►
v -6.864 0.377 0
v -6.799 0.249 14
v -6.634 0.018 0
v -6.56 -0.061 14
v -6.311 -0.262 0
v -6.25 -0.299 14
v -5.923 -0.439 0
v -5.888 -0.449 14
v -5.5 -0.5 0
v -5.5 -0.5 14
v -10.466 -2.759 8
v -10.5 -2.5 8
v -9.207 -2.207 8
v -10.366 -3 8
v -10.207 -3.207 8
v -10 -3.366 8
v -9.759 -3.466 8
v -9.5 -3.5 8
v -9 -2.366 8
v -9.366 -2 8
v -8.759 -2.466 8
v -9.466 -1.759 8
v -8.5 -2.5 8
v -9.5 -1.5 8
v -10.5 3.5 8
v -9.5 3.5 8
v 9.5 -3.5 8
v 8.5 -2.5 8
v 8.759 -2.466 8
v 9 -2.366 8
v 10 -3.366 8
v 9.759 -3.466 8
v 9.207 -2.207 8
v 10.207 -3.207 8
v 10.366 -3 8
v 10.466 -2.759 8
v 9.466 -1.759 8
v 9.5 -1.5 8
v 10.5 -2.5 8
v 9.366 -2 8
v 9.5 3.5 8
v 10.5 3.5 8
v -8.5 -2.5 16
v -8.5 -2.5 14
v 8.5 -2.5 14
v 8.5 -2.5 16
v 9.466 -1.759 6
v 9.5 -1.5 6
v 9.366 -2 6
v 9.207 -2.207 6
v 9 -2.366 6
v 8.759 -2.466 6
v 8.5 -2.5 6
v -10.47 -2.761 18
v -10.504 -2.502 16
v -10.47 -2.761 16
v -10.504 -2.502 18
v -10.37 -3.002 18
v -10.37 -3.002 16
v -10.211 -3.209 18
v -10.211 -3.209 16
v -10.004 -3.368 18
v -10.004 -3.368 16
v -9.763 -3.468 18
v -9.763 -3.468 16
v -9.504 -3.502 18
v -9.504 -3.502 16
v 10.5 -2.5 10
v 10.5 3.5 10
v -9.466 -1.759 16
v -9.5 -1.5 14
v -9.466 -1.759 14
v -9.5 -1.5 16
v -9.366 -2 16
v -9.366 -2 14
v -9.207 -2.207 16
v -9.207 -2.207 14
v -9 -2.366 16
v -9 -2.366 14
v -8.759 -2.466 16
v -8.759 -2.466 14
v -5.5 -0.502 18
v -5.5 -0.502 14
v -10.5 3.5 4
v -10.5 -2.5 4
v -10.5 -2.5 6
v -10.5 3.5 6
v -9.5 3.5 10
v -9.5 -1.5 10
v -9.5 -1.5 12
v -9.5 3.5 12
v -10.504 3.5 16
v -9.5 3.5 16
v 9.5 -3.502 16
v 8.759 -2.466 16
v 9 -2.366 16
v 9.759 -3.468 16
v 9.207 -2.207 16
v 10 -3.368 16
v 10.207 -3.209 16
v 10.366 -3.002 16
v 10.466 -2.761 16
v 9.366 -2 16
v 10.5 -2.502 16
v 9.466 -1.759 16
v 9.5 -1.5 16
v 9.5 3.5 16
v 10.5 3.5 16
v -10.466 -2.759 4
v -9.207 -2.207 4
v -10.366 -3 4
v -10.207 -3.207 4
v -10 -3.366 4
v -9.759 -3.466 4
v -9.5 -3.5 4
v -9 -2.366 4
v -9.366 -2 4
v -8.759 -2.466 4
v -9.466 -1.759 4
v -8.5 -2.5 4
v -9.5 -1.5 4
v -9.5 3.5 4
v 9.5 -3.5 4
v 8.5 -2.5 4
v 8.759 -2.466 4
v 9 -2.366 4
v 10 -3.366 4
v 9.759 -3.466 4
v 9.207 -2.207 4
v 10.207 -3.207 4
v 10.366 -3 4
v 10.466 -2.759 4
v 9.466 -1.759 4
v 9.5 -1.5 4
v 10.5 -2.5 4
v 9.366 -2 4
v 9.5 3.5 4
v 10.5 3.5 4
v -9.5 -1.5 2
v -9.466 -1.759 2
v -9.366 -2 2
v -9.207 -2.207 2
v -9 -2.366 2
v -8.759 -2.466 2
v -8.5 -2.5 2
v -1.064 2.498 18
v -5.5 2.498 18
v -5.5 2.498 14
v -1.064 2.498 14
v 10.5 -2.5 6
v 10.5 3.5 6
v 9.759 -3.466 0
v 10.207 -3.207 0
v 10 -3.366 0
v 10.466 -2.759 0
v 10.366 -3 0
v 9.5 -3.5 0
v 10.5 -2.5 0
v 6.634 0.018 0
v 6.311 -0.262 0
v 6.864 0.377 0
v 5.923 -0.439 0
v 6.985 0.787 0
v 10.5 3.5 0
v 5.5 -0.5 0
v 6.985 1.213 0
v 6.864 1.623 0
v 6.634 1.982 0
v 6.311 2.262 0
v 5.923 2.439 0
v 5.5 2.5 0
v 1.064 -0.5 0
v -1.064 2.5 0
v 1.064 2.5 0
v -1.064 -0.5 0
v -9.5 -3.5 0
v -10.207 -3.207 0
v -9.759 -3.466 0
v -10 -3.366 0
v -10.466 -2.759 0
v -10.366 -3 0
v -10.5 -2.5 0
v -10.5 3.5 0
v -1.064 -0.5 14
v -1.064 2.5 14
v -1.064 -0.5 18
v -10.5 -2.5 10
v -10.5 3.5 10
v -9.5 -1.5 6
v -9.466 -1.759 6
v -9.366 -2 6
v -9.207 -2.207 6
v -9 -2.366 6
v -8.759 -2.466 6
◄
About this task: Going down the listing above, begin printing at the line with "v -9.366 -2 4" and finish with the line with "v -9.466 -1.759 6", exactly as they appear.

Solution to this exercise:
v -9.366 -2 4
v -8.759 -2.466 4
v -9.466 -1.759 4
v -8.5 -2.5 4
v -9.5 -1.5 4
v -9.5 3.5 4
v 9.5 -3.5 4
v 8.5 -2.5 4
v 8.759 -2.466 4
v 9 -2.366 4
v 10 -3.366 4
v 9.759 -3.466 4
v 9.207 -2.207 4
v 10.207 -3.207 4
v 10.366 -3 4
v 10.466 -2.759 4
v 9.466 -1.759 4
v 9.5 -1.5 4
v 10.5 -2.5 4
v 9.366 -2 4
v 9.5 3.5 4
v 10.5 3.5 4
v -9.5 -1.5 2
v -9.466 -1.759 2
v -9.366 -2 2
v -9.207 -2.207 2
v -9 -2.366 2
v -8.759 -2.466 2
v -8.5 -2.5 2
v -1.064 2.498 18
v -5.5 2.498 18
v -5.5 2.498 14
v -1.064 2.498 14
v 10.5 -2.5 6
v 10.5 3.5 6
v 9.759 -3.466 0
v 10.207 -3.207 0
v 10 -3.366 0
v 10.466 -2.759 0
v 10.366 -3 0
v 9.5 -3.5 0
v 10.5 -2.5 0
v 6.634 0.018 0
v 6.311 -0.262 0
v 6.864 0.377 0
v 5.923 -0.439 0
v 6.985 0.787 0
v 10.5 3.5 0
v 5.5 -0.5 0
v 6.985 1.213 0
v 6.864 1.623 0
v 6.634 1.982 0
v 6.311 2.262 0
v 5.923 2.439 0
v 5.5 2.5 0
v 1.064 -0.5 0
v -1.064 2.5 0
v 1.064 2.5 0
v -1.064 -0.5 0
v -9.5 -3.5 0
v -10.207 -3.207 0
v -9.759 -3.466 0
v -10 -3.366 0
v -10.466 -2.759 0
v -10.366 -3 0
v -10.5 -2.5 0
v -10.5 3.5 0
v -1.064 -0.5 14
v -1.064 2.5 14
v -1.064 -0.5 18
v -10.5 -2.5 10
v -10.5 3.5 10
v -9.5 -1.5 6
v -9.466 -1.759 6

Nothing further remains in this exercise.